(Dataset items)
============================================================
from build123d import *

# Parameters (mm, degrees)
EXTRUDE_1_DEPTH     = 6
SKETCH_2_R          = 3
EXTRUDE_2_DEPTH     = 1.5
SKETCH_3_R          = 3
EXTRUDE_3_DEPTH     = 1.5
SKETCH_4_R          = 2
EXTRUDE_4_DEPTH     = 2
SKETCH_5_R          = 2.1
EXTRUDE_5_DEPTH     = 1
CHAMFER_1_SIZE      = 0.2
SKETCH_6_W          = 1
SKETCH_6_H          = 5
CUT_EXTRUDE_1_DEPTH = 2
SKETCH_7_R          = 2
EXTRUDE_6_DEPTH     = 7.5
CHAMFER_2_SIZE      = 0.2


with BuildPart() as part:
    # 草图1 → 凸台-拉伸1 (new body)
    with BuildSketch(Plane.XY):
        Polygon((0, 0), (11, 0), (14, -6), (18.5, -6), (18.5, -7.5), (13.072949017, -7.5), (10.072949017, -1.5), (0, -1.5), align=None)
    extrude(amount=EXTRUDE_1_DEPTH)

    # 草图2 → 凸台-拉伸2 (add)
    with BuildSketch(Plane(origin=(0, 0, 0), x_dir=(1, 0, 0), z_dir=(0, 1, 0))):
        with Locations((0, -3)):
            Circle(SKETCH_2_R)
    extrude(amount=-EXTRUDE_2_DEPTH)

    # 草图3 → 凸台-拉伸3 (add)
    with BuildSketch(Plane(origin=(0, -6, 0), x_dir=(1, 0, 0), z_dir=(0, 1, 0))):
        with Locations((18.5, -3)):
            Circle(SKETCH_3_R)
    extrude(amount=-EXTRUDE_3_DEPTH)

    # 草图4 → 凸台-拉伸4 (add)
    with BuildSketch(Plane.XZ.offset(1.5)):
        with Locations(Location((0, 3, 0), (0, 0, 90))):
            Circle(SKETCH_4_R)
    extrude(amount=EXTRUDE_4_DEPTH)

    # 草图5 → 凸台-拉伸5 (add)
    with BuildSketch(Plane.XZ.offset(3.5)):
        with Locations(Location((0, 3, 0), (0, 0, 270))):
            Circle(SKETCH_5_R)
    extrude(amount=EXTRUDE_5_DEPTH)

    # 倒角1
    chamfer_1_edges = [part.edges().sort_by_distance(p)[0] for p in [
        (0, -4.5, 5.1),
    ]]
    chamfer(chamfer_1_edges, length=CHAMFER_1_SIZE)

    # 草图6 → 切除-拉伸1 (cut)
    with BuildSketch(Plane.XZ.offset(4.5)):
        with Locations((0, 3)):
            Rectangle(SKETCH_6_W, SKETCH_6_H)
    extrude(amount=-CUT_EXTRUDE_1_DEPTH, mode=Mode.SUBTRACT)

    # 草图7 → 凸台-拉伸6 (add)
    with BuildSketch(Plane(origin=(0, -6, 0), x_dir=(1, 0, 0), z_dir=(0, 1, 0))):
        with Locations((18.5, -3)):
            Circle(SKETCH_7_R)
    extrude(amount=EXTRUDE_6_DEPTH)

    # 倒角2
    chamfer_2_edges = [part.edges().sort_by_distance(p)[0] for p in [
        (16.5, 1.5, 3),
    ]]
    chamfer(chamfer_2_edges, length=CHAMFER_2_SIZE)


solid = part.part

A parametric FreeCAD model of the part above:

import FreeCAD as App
import Part
import Sketcher
Q = App.Units.Quantity


def edges_at(feature, points):
    """Names of the edges that pass closest to the given points."""
    edges = feature.Shape.Edges
    near = lambda p: min(range(len(edges)), key=lambda i: edges[i].distToShape(Part.Vertex(*p))[0])
    return sorted({f"Edge{near(p) + 1}" for p in points})


def add_polygon(sketch, points):
    """Adds a closed chain of lines whose ends are joined by coincident constraints."""
    first, n = sketch.GeometryCount, len(points)
    for a, b in zip(points, points[1:] + points[:1]):
        sketch.addGeometry(Part.LineSegment(App.Vector(*a, 0), App.Vector(*b, 0)), False)
    for i in range(n):
        sketch.addConstraint(Sketcher.Constraint("Coincident", first + i, 2, first + (i + 1) % n, 1))

doc = App.newDocument("Part")
body = doc.addObject("PartDesign::Body", "Body")

sketch1 = body.newObject("Sketcher::SketchObject", "Sketch")
sketch1.AttachmentSupport = (doc.getObject("XY_Plane"), [""])
sketch1.MapMode = "FlatFace"
add_polygon(sketch1, [(11, 0), (0, 0), (0, -1.5), (10.1, -1.5), (13.1, -7.5), (18.5, -7.5), (18.5, -6), (14, -6)])
sketch1.addConstraint([
    Sketcher.Constraint("Horizontal", 0),
    Sketcher.Constraint("Vertical", 1),
    Sketcher.Constraint("Horizontal", 2),
    Sketcher.Constraint("Horizontal", 4),
    Sketcher.Constraint("Vertical", 5),
    Sketcher.Constraint("Horizontal", 6),
    Sketcher.Constraint("Coincident", 0, 2, -1, 1),
    Sketcher.Constraint("Parallel", 3, 7),
    Sketcher.Constraint("Equal", 1, 5),
    Sketcher.Constraint("DistanceX", 0, 2, 0, 1, Q("11 mm")),
    Sketcher.Constraint("DistanceX", 6, 2, 6, 1, Q("4.5 mm")),
    Sketcher.Constraint("DistanceY", 1, 2, 1, 1, Q("1.5 mm")),
    Sketcher.Constraint("DistanceY", 5, 2, -1, 1, Q("6 mm")),
    Sketcher.Constraint("DistanceX", -1, 1, 6, 2, Q("14 mm")),
    Sketcher.Constraint("DistanceX", 2, 1, 2, 2, Q("10.072949 mm")),
])
pad1 = body.newObject("PartDesign::Pad", "Pad")
pad1.Profile = sketch1
pad1.Length = 6

sketch2 = body.newObject("Sketcher::SketchObject", "Sketch001")
sketch2.AttachmentSupport = (doc.getObject("XZ_Plane"), [""])
sketch2.MapMode = "FlatFace"
sketch2.addGeometry(Part.Circle(App.Vector(0, 3, 0), App.Vector(0, 0, 1), 3), False)
sketch2.addConstraint([
    Sketcher.Constraint("PointOnObject", 0, 3, -2),
    Sketcher.Constraint("Diameter", 0, Q("6 mm")),
    Sketcher.Constraint("DistanceY", -1, 1, 0, 3, Q("3 mm")),
])
pad2 = body.newObject("PartDesign::Pad", "Pad001")
pad2.Profile = sketch2
pad2.Length = 1.5

sketch3 = body.newObject("Sketcher::SketchObject", "Sketch002")
sketch3.AttachmentSupport = (doc.getObject("XZ_Plane"), [""])
sketch3.MapMode = "FlatFace"
sketch3.AttachmentOffset = App.Placement(App.Vector(0, 0, 6), App.Rotation())
sketch3.addGeometry(Part.Circle(App.Vector(18.5, 3, 0), App.Vector(0, 0, 1), 3), False)
sketch3.addConstraint([
    Sketcher.Constraint("Diameter", 0, Q("6 mm")),
    Sketcher.Constraint("DistanceY", -1, 1, 0, 3, Q("3 mm")),
    Sketcher.Constraint("DistanceX", -1, 1, 0, 3, Q("18.5 mm")),
])
pad3 = body.newObject("PartDesign::Pad", "Pad002")
pad3.Profile = sketch3
pad3.Length = 1.5

sketch4 = body.newObject("Sketcher::SketchObject", "Sketch003")
sketch4.AttachmentSupport = (doc.getObject("XZ_Plane"), [""])
sketch4.MapMode = "FlatFace"
sketch4.AttachmentOffset = App.Placement(App.Vector(0, 0, 1.5), App.Rotation())
sketch4.addGeometry(Part.Circle(App.Vector(0, 3, 0), App.Vector(0, 0, 1), 2), False)
sketch4.addConstraint([
    Sketcher.Constraint("PointOnObject", 0, 3, -2),
    Sketcher.Constraint("Diameter", 0, Q("4 mm")),
    Sketcher.Constraint("DistanceY", -1, 1, 0, 3, Q("3 mm")),
])
pad4 = body.newObject("PartDesign::Pad", "Pad003")
pad4.Profile = sketch4
pad4.Length = 2

sketch5 = body.newObject("Sketcher::SketchObject", "Sketch004")
sketch5.AttachmentSupport = (doc.getObject("XZ_Plane"), [""])
sketch5.MapMode = "FlatFace"
sketch5.AttachmentOffset = App.Placement(App.Vector(0, 0, 3.5), App.Rotation())
sketch5.addGeometry(Part.Circle(App.Vector(0, 3, 0), App.Vector(0, 0, 1), 2.1), False)
sketch5.addConstraint([
    Sketcher.Constraint("PointOnObject", 0, 3, -2),
    Sketcher.Constraint("Diameter", 0, Q("4.2 mm")),
    Sketcher.Constraint("DistanceY", -1, 1, 0, 3, Q("3 mm")),
])
pad5 = body.newObject("PartDesign::Pad", "Pad004")
pad5.Profile = sketch5
pad5.Length = 1
doc.recompute()

chamfer = body.newObject("PartDesign::Chamfer", "Chamfer")
chamfer.Base = (pad5, edges_at(pad5, [(0, -4.5, 5.1)]))
chamfer.Size = 0.2

sketch6 = body.newObject("Sketcher::SketchObject", "Sketch005")
sketch6.AttachmentSupport = (doc.getObject("XZ_Plane"), [""])
sketch6.MapMode = "FlatFace"
sketch6.AttachmentOffset = App.Placement(App.Vector(0, 0, 4.5), App.Rotation())
add_polygon(sketch6, [(-0.5, 5.5), (-0.5, 0.5), (0.5, 0.5), (0.5, 5.5)])
sketch6.addConstraint([
    Sketcher.Constraint("Vertical", 0),
    Sketcher.Constraint("Horizontal", 1),
    Sketcher.Constraint("Vertical", 2),
    Sketcher.Constraint("Horizontal", 3),
    Sketcher.Constraint("DistanceX", 1, 1, 1, 2, Q("1 mm")),
    Sketcher.Constraint("DistanceY", 0, 2, 0, 1, Q("5 mm")),
    Sketcher.Constraint("DistanceX", 0, 2, -1, 1, Q("0.5 mm")),
    Sketcher.Constraint("DistanceY", -1, 1, 0, 2, Q("0.5 mm")),
])
pocket1 = body.newObject("PartDesign::Pocket", "Pocket")
pocket1.Profile = sketch6
pocket1.Length = 2

sketch7 = body.newObject("Sketcher::SketchObject", "Sketch006")
sketch7.AttachmentSupport = (doc.getObject("XZ_Plane"), [""])
sketch7.MapMode = "FlatFace"
sketch7.AttachmentOffset = App.Placement(App.Vector(0, 0, 6), App.Rotation())
sketch7.addGeometry(Part.Circle(App.Vector(18.5, 3, 0), App.Vector(0, 0, 1), 2), False)
sketch7.addConstraint([
    Sketcher.Constraint("Diameter", 0, Q("4 mm")),
    Sketcher.Constraint("DistanceY", -1, 1, 0, 3, Q("3 mm")),
    Sketcher.Constraint("DistanceX", -1, 1, 0, 3, Q("18.5 mm")),
])
pad6 = body.newObject("PartDesign::Pad", "Pad005")
pad6.Profile = sketch7
pad6.Length = 7.5
pad6.Reversed = True
doc.recompute()

chamfer2 = body.newObject("PartDesign::Chamfer", "Chamfer001")
chamfer2.Base = (pad6, edges_at(pad6, [(16.5, 1.5, 3)]))
chamfer2.Size = 0.2

doc.recompute()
============================================================
■ **What to work on**: Return, unchanged, the run of lines above that opens with the line containing "extrude(amount=-CUT_EXTRUDE_1_DEPTH, mode=Mode.SUBTRACT)" and closes with the line containing "A parametric FreeCAD". Include both.

■ **Answer to this exercise**:
    extrude(amount=-CUT_EXTRUDE_1_DEPTH, mode=Mode.SUBTRACT)

    # 草图7 → 凸台-拉伸6 (add)
    with BuildSketch(Plane(origin=(0, -6, 0), x_dir=(1, 0, 0), z_dir=(0, 1, 0))):
        with Locations((18.5, -3)):
            Circle(SKETCH_7_R)
    extrude(amount=EXTRUDE_6_DEPTH)

    # 倒角2
    chamfer_2_edges = [part.edges().sort_by_distance(p)[0] for p in [
        (16.5, 1.5, 3),
    ]]
    chamfer(chamfer_2_edges, length=CHAMFER_2_SIZE)


solid = part.part

A parametric FreeCAD model of the part above:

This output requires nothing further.